What we don’t see is that it makes more sense to balance practicality and innovation, boldness and prudence, collaborativeness and self-reliance, agility and consistency — without choosing sides between them.
But it’s difficult to balance these qualities. We see this play out over and over in two contrasting styles of leadership. The challenging leader constantly pushes his people to stretch and grow, but under stress, he can be overwhelming, and even brutal. The caring leader makes people feel safe and valued, but may resist pushing them beyond their current comfort zones, and doesn’t always hold them accountable. The challenging leader tends to confuse caring with coddling, while the caring leader may feel challenging people is tantamount to cruelty.
This same phenomenon operates not just individually, but also organizationally. We worked with a venture capital firm that took pride in differentiating itself from competitors by building its culture around collegiality, care, and consensus. Sure enough, all voices were heard around decisions, and employees treated one another with consideration and respect. The problem was that these qualities were so overused that they prompted paralysis in decision making and an aversion to providing honest feedback, leaving employees feeling uneasy about where they stood.
It isn’t possible to truly transform a business without simultaneously transforming its people. This requires understanding and exploring the complex factors, both cognitive and emotional, that drive their behavior. Attention to people’s inner lives is rare for most companies, but we’ve found several moves that help make it possible.

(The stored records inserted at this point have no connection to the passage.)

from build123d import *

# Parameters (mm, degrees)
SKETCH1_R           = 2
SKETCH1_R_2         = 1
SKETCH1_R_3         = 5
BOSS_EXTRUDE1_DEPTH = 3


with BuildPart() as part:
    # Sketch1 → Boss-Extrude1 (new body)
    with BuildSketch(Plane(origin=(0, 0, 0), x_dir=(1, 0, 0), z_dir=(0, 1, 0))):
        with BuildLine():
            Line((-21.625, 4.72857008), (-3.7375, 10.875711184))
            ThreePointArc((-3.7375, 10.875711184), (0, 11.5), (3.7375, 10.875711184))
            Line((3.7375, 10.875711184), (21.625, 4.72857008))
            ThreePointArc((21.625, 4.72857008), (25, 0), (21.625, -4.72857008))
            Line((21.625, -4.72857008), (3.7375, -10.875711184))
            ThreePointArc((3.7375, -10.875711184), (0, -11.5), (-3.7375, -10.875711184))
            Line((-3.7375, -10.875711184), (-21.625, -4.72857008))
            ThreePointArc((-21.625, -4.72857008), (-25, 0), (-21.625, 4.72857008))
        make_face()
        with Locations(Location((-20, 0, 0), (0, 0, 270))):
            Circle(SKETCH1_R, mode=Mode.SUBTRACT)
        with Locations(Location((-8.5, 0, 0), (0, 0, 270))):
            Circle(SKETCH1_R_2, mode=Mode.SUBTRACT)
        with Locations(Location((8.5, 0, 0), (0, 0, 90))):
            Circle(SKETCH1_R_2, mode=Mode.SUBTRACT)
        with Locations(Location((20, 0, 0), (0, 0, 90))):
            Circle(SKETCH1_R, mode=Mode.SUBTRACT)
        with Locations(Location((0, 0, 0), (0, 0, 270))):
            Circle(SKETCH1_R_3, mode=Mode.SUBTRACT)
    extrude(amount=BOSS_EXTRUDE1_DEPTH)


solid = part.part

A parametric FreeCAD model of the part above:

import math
import FreeCAD as App
import Part
import Sketcher
from FreeCAD import Vector
Q = App.Units.Quantity

doc = App.newDocument("Part")
body = doc.addObject("PartDesign::Body", "Body")

sketch1 = body.newObject("Sketcher::SketchObject", "Sketch")
sketch1.AttachmentSupport = (doc.getObject("XZ_Plane"), [""])
sketch1.MapMode = "FlatFace"
sketch1.addGeometry(Part.LineSegment(Vector(-3.7375, -10.875711, 0), Vector(-21.625, -4.72857, 0)), False)
sketch1.addGeometry(Part.ArcOfCircle(Part.Circle(Vector(-20, 0, 0), Vector(0, 0, 1), 5), math.radians(108.965575), math.radians(251.034425)), False)
sketch1.addGeometry(Part.LineSegment(Vector(-21.625, 4.72857, 0), Vector(-3.7375, 10.875711, 0)), False)
sketch1.addGeometry(Part.ArcOfCircle(Part.Circle(Vector(0, 0, 0), Vector(0, 0, 1), 11.5), math.radians(71.034425), math.radians(108.965575)), False)
sketch1.addGeometry(Part.LineSegment(Vector(3.7375, 10.875711, 0), Vector(21.625, 4.72857, 0)), False)
sketch1.addGeometry(Part.ArcOfCircle(Part.Circle(Vector(20, 0, 0), Vector(0, 0, 1), 5), math.radians(-71.034425), math.radians(71.034425)), False)
sketch1.addGeometry(Part.LineSegment(Vector(21.625, -4.72857, 0), Vector(3.7375, -10.875711, 0)), False)
sketch1.addGeometry(Part.ArcOfCircle(Part.Circle(Vector(0, 0, 0), Vector(0, 0, 1), 11.5), math.radians(-108.965575), math.radians(-71.034425)), False)
sketch1.addGeometry(Part.Circle(Vector(20, 0, 0), Vector(0, 0, 1), 2), False)
sketch1.addGeometry(Part.Circle(Vector(8.5, 0, 0), Vector(0, 0, 1), 1), False)
sketch1.addGeometry(Part.Circle(Vector(0, 0, 0), Vector(0, 0, 1), 5), False)
sketch1.addGeometry(Part.Circle(Vector(-8.5, 0, 0), Vector(0, 0, 1), 1), False)
sketch1.addGeometry(Part.Circle(Vector(-20, 0, 0), Vector(0, 0, 1), 2), False)
sketch1.addConstraint(Sketcher.Constraint("Tangent", 0, 2, 1, 2))
sketch1.addConstraint(Sketcher.Constraint("Tangent", 1, 1, 2, 1))
sketch1.addConstraint(Sketcher.Constraint("Tangent", 2, 2, 3, 2))
sketch1.addConstraint(Sketcher.Constraint("Tangent", 3, 1, 4, 1))
sketch1.addConstraint(Sketcher.Constraint("Tangent", 4, 2, 5, 2))
sketch1.addConstraint(Sketcher.Constraint("Tangent", 5, 1, 6, 1))
sketch1.addConstraint(Sketcher.Constraint("Tangent", 6, 2, 7, 2))
sketch1.addConstraint(Sketcher.Constraint("Tangent", 7, 1, 0, 1))
sketch1.addConstraint(Sketcher.Constraint("Coincident", 3, 3, -1, 1))
sketch1.addConstraint(Sketcher.Constraint("Coincident", 7, 3, -1, 1))
sketch1.addConstraint(Sketcher.Constraint("Coincident", 10, 3, -1, 1))
sketch1.addConstraint(Sketcher.Constraint("Coincident", 8, 3, 5, 3))
sketch1.addConstraint(Sketcher.Constraint("Coincident", 12, 3, 1, 3))
sketch1.addConstraint(Sketcher.Constraint("Equal", 1, 5))
sketch1.addConstraint(Sketcher.Constraint("Equal", 3, 7))
sketch1.addConstraint(Sketcher.Constraint("Equal", 5, 10))
sketch1.addConstraint(Sketcher.Constraint("Equal", 9, 11))
sketch1.addConstraint(Sketcher.Constraint("Equal", 8, 12))
sketch1.addConstraint(Sketcher.Constraint("Symmetric", 1, 3, 5, 3, -1, 1))
sketch1.addConstraint(Sketcher.Constraint("Symmetric", 9, 3, 11, 3, -1, 1))
sketch1.addConstraint(Sketcher.Constraint("PointOnObject", 1, 3, -1))
sketch1.addConstraint(Sketcher.Constraint("PointOnObject", 9, 3, -1))
sketch1.addConstraint(Sketcher.Constraint("Diameter", 8, Q("4 mm")))
sketch1.addConstraint(Sketcher.Constraint("Diameter", 9, Q("2 mm")))
sketch1.addConstraint(Sketcher.Constraint("Diameter", 10, Q("10 mm")))
sketch1.addConstraint(Sketcher.Constraint("Radius", 3, Q("11.5 mm")))
sketch1.addConstraint(Sketcher.Constraint("DistanceX", 1, 3, -1, 1, Q("20 mm")))
sketch1.addConstraint(Sketcher.Constraint("DistanceX", 11, 3, 9, 3, Q("17 mm")))
pad1 = body.newObject("PartDesign::Pad", "Pad")
pad1.Profile = sketch1
pad1.Length = 3
pad1.Reversed = True

doc.recompute()
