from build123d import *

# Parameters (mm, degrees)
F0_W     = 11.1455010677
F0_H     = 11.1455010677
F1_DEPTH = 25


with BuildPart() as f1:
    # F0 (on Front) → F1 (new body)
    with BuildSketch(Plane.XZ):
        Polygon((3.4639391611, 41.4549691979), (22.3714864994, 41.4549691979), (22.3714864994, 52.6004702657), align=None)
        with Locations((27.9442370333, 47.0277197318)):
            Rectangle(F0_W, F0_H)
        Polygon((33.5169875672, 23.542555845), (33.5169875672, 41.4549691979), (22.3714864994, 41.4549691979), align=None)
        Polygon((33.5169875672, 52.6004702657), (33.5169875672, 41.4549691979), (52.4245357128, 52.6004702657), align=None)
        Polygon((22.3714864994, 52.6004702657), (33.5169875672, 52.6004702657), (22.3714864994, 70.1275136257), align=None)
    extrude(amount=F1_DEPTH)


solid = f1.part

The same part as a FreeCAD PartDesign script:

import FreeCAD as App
import Part
import Sketcher
from FreeCAD import Vector


def add_polygon(sketch, points):
    """Adds a closed chain of lines whose ends are joined by coincident constraints."""
    first, n = sketch.GeometryCount, len(points)
    for a, b in zip(points, points[1:] + points[:1]):
        sketch.addGeometry(Part.LineSegment(App.Vector(*a, 0), App.Vector(*b, 0)), False)
    for i in range(n):
        sketch.addConstraint(Sketcher.Constraint("Coincident", first + i, 2, first + (i + 1) % n, 1))

doc = App.newDocument("Part")
params = doc.addObject("Spreadsheet::Sheet", "Params")
for row, (alias, value) in enumerate([
    ("pad1_length", "25 mm"),
], start=1):
    params.set(f"A{row}", alias)
    params.set(f"B{row}", "=" + value)
    params.setAlias(f"B{row}", alias)

body = doc.addObject("PartDesign::Body", "Body")

sketch1 = body.newObject("Sketcher::SketchObject", "Sketch")
sketch1.AttachmentSupport = (doc.getObject("XZ_Plane"), [""])
sketch1.MapMode = "FlatFace"
add_polygon(sketch1, [(3.463939, 41.454969), (22.371486, 41.454969), (33.516988, 23.542556), (33.516988, 41.454969), (52.424536, 52.60047), (33.516988, 52.60047), (22.371486, 70.127514), (22.371486, 52.60047)])
sketch1.addConstraint(Sketcher.Constraint("Horizontal", 0))
sketch1.addConstraint(Sketcher.Constraint("Vertical", 2))
sketch1.addConstraint(Sketcher.Constraint("Horizontal", 4))
sketch1.addConstraint(Sketcher.Constraint("Vertical", 6))
sketch1.addConstraint(Sketcher.Constraint("Parallel", 3, 7))
sketch1.addConstraint(Sketcher.Constraint("Horizontal", 0, 2, 2, 2))
sketch1.addConstraint(Sketcher.Constraint("Horizontal", 4, 2, 6, 2))
sketch1.addConstraint(Sketcher.Constraint("Vertical", 2, 2, 4, 2))
sketch1.addConstraint(Sketcher.Constraint("Vertical", 0, 2, 5, 2))
sketch1.addConstraint(Sketcher.Constraint("DistanceX", 4, 2, 4, 1, 18.907548))
sketch1.addConstraint(Sketcher.Constraint("DistanceX", 0, 2, 1, 2, 11.145501))
sketch1.addConstraint(Sketcher.Constraint("DistanceY", 2, 2, 3, 2, 11.145501))
sketch1.addConstraint(Sketcher.Constraint("Distance", 5, 20.770639))
sketch1.addConstraint(Sketcher.Constraint("DistanceY", 2, 1, 2, 2, 17.912413))
sketch1.addConstraint(Sketcher.Constraint("DistanceY", -1, 1, 0, 2, 41.454969))
sketch1.addConstraint(Sketcher.Constraint("DistanceX", -1, 1, 7, 2, 3.463939))
pad1 = body.newObject("PartDesign::Pad", "Pad")
pad1.Profile = sketch1
pad1.setExpression("Length", "Params.pad1_length")

doc.recompute()
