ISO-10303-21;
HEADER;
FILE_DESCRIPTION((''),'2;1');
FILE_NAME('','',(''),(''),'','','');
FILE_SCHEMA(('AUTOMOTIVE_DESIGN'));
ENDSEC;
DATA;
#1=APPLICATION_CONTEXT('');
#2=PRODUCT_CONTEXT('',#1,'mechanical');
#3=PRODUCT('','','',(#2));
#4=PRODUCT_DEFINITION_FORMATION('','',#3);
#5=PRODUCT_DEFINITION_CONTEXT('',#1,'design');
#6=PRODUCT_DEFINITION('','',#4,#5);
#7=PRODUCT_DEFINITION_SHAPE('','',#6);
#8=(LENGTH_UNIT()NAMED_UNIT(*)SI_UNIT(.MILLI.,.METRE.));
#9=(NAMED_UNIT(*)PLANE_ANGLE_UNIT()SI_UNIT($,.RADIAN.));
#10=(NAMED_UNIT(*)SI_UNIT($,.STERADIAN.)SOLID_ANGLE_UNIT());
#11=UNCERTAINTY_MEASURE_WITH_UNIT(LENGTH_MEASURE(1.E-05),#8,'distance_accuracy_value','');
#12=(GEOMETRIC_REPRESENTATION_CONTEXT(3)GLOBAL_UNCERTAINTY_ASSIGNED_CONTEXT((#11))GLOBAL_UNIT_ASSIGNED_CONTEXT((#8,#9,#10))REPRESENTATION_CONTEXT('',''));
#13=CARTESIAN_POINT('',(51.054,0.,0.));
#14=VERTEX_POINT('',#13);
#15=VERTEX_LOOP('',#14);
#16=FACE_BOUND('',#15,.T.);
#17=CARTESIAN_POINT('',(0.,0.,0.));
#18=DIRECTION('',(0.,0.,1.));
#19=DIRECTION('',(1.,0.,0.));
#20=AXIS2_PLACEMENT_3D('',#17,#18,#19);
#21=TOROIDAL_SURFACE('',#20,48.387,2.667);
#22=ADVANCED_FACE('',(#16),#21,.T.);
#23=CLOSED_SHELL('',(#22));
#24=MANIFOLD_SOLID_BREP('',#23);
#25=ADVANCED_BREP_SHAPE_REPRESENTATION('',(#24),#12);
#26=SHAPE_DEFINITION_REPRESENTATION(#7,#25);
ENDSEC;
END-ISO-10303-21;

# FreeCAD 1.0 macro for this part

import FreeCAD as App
import Part
import Sketcher
from FreeCAD import Vector
Q = App.Units.Quantity

doc = App.newDocument("Part")
params = doc.addObject("Spreadsheet::Sheet", "Params")
for row, (alias, value) in enumerate([
    ("sketch1_diameter", "0.21 in"),
    ("revolution_angle", "360 deg"),
], start=1):
    params.set(f"A{row}", alias)
    params.set(f"B{row}", "=" + value)
    params.setAlias(f"B{row}", alias)

body = doc.addObject("PartDesign::Body", "Body")

# Sketch on YZ plane
sketch1 = doc.addObject("Sketcher::SketchObject", "Sketch")
body.addObject(sketch1)
sketch1.AttachmentSupport = (doc.YZ_Plane, [""])
sketch1.MapMode = "FlatFace"
sketch1.addGeometry(Part.Circle(Vector(-48.4, 0, 0), Vector(0, 0, 1), 2.7), False)
sketch1.addConstraint(Sketcher.Constraint("PointOnObject", 0, 3, -1))
sketch1.addConstraint(Sketcher.Constraint("Diameter", 0, Q("0.21 in")))
sketch1.addConstraint(Sketcher.Constraint("DistanceX", 0, 3, -1, 1, Q("1.905 in")))
sketch1.setExpression("Constraints[1]", "Params.sketch1_diameter")
revolution = doc.addObject("PartDesign::Revolution", "Revolution")
body.addObject(revolution)
revolution.Profile = sketch1
revolution.ReferenceAxis = (sketch1, ["V_Axis"])
revolution.setExpression("Angle", "Params.revolution_angle")

doc.recompute()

Embrace intermittent discomfort. Our shared human instinct is to avoid pain at any cost, but growth requires pushing past our current comfort zone. To strengthen a bicep, it’s necessary to lift weight repetitively nearly to muscle failure. That’s what signals the brain to build more muscle fiber. The same is true of challenging ourselves to become more resilient emotionally, and less rigid and habitual cognitively.
Focus first on building the muscle of self-observation, individually, and collectively across the organization. Self-observation is the capacity to step back from our thoughts and emotions under duress. We refer to this as the “Golden Rule of Triggers”: Whatever you feel compelled to do, don’t. Instead observe your internal experience with curiosity and detachment, as you might the action in a movie, or the behavior of strangers. Rather than reacting, take a deep breath, and then ask yourself “How would I behave here at my best?”
Design small, time-limited tests of the assumptions you hold about the negative consequences you imagine if you build a specific new behavior. Does setting aside specific times to think creatively and reflectively truly prevent you from getting urgent work accomplished, or might it lead to new ideas, more efficiency, and better prioritization? Does going out of your way to be appreciative require that you give up your high standards? Conversely, does providing tough feedback in real time have to feel unkind, or can it be delivered honestly as encouragement to grow?
Einstein was right that “we can’t solve our problems from the same level of thinking that created them.” Human development is about progressively seeing more. Learning to embrace our own complexity is what makes it possible to manage more complexity.